Direkt am Garten beginnt das Wasser. Schilf beginnt ca. 10 Meter neben unserem Haus. Das Wasser ist dort etwa 120 - 150 cm tief. 

Meint ihr es lohnt sich, abends die Grundrute mit Köderfisch oder Fischfetzen auszuwerfen. 

Wie stehen die Chancen auf Aal oder Zander. 

Würdet Ihr ganze Köfis oder Fischfetzen verwenden? 

Falls Fischfetzen, dann Kopf oder Schwanzteil?  


Danke für Euere Tips. 

Gruß Michael


----------



## Barosz (2. Juli 2007)

*AW: Brauche Tips zum Aal und Zanderangeln am Plattensee*

Also das Zanderangeln kannst du dort vergessen. Den Zander fängst du am besten im tiefen Wasser, zwischen Tihany und dem Südufer, wo das Wasser auch tief ist. Im flachen Wasser, wo der Grund auch sicherlich schlammig ist, fängst du nichts. Karpfen kannst du überall fangen, sicherlich auch dort, wo du hin willst. Ja und Aal? Kein Plan.
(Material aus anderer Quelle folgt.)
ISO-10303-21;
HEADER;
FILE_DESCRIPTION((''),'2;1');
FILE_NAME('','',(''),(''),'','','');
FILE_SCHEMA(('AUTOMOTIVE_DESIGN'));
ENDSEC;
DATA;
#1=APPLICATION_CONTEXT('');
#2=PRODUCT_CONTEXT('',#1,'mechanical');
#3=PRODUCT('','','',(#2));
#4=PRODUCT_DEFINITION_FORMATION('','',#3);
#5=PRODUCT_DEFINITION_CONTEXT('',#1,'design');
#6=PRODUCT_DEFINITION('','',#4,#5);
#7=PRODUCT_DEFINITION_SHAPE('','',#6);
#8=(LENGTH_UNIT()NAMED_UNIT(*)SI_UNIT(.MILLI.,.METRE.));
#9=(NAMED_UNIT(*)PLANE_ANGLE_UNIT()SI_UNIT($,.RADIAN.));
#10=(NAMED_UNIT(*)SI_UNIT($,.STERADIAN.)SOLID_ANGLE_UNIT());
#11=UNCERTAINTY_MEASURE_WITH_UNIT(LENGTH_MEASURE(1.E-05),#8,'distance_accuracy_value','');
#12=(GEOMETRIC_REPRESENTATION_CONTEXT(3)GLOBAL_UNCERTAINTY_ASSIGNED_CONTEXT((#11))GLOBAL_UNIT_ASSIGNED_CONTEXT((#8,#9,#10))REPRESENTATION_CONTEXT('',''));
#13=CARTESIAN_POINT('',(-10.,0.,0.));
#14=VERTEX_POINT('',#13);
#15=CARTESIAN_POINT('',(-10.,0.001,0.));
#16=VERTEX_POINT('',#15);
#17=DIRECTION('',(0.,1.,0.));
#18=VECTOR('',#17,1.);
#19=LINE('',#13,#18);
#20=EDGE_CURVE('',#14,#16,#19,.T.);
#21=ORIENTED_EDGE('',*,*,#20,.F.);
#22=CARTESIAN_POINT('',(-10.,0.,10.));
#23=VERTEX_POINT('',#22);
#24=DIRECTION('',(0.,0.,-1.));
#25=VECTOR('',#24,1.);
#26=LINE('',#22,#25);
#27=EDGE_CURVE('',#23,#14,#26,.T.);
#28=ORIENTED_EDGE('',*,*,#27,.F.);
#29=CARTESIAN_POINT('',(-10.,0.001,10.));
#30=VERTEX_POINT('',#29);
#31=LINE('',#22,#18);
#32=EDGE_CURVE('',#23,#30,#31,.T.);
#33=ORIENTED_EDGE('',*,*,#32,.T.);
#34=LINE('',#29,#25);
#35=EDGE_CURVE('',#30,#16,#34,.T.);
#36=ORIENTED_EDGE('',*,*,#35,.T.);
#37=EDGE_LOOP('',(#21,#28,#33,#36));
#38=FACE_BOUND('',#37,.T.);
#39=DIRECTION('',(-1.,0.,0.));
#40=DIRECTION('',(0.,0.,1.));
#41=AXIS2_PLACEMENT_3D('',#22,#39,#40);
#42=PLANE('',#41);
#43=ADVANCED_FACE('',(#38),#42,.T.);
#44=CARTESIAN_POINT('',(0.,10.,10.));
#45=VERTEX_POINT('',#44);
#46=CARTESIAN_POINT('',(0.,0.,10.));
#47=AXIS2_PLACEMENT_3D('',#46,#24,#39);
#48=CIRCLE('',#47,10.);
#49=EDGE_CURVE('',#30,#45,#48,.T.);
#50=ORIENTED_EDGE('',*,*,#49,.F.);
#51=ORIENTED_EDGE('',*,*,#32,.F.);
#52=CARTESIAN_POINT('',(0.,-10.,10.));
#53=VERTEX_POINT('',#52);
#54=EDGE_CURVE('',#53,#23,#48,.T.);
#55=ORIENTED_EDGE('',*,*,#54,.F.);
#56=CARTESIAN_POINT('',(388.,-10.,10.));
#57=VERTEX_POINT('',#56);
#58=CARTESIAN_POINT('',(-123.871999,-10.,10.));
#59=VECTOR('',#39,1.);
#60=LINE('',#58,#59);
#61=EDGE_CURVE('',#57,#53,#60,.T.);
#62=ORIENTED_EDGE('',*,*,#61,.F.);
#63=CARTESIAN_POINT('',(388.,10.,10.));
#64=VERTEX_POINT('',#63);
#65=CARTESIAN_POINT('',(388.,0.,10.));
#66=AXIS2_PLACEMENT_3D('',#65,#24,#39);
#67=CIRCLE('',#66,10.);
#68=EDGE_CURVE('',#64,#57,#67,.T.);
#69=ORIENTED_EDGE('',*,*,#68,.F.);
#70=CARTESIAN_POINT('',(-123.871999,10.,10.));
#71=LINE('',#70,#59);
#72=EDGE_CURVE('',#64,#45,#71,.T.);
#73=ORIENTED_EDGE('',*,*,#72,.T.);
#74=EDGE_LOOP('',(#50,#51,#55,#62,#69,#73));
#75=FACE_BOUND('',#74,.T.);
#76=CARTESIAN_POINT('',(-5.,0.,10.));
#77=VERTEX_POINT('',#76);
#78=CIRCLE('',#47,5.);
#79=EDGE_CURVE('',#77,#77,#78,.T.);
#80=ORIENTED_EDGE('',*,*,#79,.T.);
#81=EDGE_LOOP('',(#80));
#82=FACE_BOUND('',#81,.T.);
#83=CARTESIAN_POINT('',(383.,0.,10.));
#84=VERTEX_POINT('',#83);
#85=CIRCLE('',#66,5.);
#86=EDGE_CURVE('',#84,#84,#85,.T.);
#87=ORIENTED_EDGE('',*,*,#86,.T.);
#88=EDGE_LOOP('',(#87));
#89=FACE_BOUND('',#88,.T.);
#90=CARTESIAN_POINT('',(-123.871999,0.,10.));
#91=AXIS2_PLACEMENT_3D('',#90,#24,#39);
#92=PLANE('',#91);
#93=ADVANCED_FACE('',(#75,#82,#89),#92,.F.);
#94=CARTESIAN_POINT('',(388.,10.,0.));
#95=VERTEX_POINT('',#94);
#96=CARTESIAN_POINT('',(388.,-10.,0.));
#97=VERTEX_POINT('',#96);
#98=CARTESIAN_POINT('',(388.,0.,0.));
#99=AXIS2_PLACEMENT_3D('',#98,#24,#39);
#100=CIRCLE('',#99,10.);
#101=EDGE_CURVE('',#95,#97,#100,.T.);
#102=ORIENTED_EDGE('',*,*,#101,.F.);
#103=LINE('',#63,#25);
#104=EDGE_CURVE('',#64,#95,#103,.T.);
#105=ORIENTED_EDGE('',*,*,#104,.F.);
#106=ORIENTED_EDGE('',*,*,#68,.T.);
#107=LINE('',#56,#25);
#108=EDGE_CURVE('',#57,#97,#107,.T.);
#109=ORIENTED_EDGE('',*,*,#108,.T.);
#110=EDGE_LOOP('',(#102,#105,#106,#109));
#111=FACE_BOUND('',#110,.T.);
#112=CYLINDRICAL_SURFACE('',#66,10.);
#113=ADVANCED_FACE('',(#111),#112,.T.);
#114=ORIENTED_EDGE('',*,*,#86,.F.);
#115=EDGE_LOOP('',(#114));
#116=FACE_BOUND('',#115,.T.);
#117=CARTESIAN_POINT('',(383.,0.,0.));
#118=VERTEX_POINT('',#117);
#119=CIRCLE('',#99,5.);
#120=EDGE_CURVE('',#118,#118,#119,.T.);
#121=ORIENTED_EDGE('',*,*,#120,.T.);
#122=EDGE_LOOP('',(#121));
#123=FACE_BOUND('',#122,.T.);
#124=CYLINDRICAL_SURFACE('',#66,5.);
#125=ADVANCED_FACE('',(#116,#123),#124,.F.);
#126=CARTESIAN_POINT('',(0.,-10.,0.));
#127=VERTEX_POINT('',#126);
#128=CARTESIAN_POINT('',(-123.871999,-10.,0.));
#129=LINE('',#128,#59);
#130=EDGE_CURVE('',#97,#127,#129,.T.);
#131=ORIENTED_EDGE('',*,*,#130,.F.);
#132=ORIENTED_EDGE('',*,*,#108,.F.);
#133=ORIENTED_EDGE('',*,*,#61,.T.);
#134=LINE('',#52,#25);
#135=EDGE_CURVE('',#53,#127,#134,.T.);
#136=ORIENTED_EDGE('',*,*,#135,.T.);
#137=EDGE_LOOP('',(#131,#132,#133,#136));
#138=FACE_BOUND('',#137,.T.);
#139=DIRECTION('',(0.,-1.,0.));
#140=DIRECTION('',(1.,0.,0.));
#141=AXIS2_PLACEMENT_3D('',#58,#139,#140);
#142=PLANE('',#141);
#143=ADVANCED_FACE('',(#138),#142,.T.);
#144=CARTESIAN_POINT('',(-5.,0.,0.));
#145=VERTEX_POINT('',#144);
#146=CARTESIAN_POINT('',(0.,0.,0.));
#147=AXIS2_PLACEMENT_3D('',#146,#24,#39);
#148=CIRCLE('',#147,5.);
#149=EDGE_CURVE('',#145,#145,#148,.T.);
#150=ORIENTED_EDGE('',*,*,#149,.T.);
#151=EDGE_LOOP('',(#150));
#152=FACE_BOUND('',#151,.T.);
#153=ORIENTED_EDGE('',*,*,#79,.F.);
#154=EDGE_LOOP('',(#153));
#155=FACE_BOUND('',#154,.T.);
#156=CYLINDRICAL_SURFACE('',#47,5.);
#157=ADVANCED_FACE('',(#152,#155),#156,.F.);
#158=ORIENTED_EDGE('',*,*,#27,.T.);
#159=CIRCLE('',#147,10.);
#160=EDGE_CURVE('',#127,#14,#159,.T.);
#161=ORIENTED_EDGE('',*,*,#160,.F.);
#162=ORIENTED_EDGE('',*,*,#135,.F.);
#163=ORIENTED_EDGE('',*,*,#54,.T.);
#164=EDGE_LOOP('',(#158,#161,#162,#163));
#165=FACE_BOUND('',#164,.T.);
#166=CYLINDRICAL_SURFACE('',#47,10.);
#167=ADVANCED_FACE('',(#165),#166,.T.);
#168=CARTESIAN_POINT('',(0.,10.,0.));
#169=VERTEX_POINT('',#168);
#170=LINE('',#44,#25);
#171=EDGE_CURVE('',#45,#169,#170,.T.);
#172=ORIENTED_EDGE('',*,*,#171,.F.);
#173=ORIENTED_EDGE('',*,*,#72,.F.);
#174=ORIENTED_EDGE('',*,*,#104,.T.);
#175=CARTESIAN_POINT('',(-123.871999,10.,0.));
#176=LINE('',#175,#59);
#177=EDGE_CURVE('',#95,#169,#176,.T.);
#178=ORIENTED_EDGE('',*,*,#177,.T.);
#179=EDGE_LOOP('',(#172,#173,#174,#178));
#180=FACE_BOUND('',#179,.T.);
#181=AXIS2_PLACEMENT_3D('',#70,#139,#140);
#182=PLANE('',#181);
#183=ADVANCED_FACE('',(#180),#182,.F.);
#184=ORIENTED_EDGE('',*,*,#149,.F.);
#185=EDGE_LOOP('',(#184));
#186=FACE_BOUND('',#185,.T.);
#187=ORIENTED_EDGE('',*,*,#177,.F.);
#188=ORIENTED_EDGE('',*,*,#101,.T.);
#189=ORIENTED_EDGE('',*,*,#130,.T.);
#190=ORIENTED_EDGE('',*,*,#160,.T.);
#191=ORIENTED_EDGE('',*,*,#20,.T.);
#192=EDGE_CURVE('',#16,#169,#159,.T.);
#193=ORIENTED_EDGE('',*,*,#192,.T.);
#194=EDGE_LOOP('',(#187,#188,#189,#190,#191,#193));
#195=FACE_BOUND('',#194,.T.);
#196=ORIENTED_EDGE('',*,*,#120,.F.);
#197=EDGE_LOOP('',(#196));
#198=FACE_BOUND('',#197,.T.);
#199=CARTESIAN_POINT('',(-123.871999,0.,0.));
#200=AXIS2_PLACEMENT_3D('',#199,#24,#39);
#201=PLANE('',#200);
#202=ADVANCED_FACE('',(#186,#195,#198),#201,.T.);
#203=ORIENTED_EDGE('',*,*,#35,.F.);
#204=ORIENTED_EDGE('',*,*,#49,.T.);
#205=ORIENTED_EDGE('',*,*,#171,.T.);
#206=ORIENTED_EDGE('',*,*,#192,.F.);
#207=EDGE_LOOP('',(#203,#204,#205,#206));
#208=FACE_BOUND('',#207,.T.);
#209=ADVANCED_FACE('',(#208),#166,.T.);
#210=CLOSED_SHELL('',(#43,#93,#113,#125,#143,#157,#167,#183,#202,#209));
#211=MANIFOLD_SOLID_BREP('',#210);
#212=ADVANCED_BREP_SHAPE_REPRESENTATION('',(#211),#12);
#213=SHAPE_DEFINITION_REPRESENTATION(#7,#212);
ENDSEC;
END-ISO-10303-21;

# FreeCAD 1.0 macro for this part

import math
import FreeCAD as App
import Part
import Sketcher

V = App.Vector
Q = App.Units.Quantity

doc = App.newDocument("Part")
body = doc.addObject("PartDesign::Body", "Body")

# Sketch on XY plane
sketch1 = body.newObject("Sketcher::SketchObject", "Sketch")
sketch1.AttachmentSupport = (doc.getObject("XY_Plane"), [""])
sketch1.MapMode = "FlatFace"
sketch1.addGeometry(Part.LineSegment(V(388, 10, 0), V(0, 10, 0)), False)
sketch1.addGeometry(Part.ArcOfCircle(Part.Circle(V(0, 0, 0), V(0, 0, 1), 10), math.radians(90), math.radians(270)), False)
sketch1.addGeometry(Part.LineSegment(V(0, -10, 0), V(388, -10, 0)), False)
sketch1.addGeometry(Part.ArcOfCircle(Part.Circle(V(388, 0, 0), V(0, 0, 1), 10), math.radians(-90), math.radians(90)), False)
sketch1.addGeometry(Part.Circle(V(388, 0, 0), V(0, 0, 1), 5), False)
sketch1.addGeometry(Part.Circle(V(0, 0, 0), V(0, 0, 1), 5), False)
sketch1.addConstraint(Sketcher.Constraint("Tangent", 0, 2, 1, 1))
sketch1.addConstraint(Sketcher.Constraint("Tangent", 1, 2, 2, 1))
sketch1.addConstraint(Sketcher.Constraint("Tangent", 2, 2, 3, 1))
sketch1.addConstraint(Sketcher.Constraint("Tangent", 3, 2, 0, 1))
sketch1.addConstraint(Sketcher.Constraint("Horizontal", 0))
sketch1.addConstraint(Sketcher.Constraint("Horizontal", 2))
sketch1.addConstraint(Sketcher.Constraint("Coincident", 1, 3, -1, 1))
sketch1.addConstraint(Sketcher.Constraint("Coincident", 5, 3, -1, 1))
sketch1.addConstraint(Sketcher.Constraint("Coincident", 4, 3, 3, 3))
sketch1.addConstraint(Sketcher.Constraint("Equal", 4, 5))
sketch1.addConstraint(Sketcher.Constraint("Diameter", 4, Q("10 mm")))
sketch1.addConstraint(Sketcher.Constraint("Radius", 1, Q("10 mm")))
sketch1.addConstraint(Sketcher.Constraint("DistanceX", 0, 2, 0, 1, Q("388 mm")))
pad1 = body.newObject("PartDesign::Pad", "Pad")
pad1.Profile = sketch1
pad1.Length = 10

doc.recompute()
Bin kein Aalexperte^^


----------



## antonio (2. Juli 2007)

*AW: Brauche Tips zum Aal und Zanderangeln am Plattensee*



Barosz schrieb:


> Also das Zanderangeln kannst du dort vergessen. Den Zander fängst du am besten im tiefen Wasser, zwischen Tihany und dem Südufer, wo das Wasser auch tief ist. Im flachen Wasser, wo der Grund auch sicherlich schlammig ist, fängst du nichts. Karpfen kannst du überall fangen, sicherlich auch dort, wo du hin willst. Ja und Aal? Kein Plan. Bin kein Aalexperte^^



vergessen kann er es nicht auch dort fängt man zander.
die von dir angegebene zander stelle ist zwar richtig und richtig gut,das heißt aber lange nicht, daß man woanders nicht fängt(eigene erfahrung).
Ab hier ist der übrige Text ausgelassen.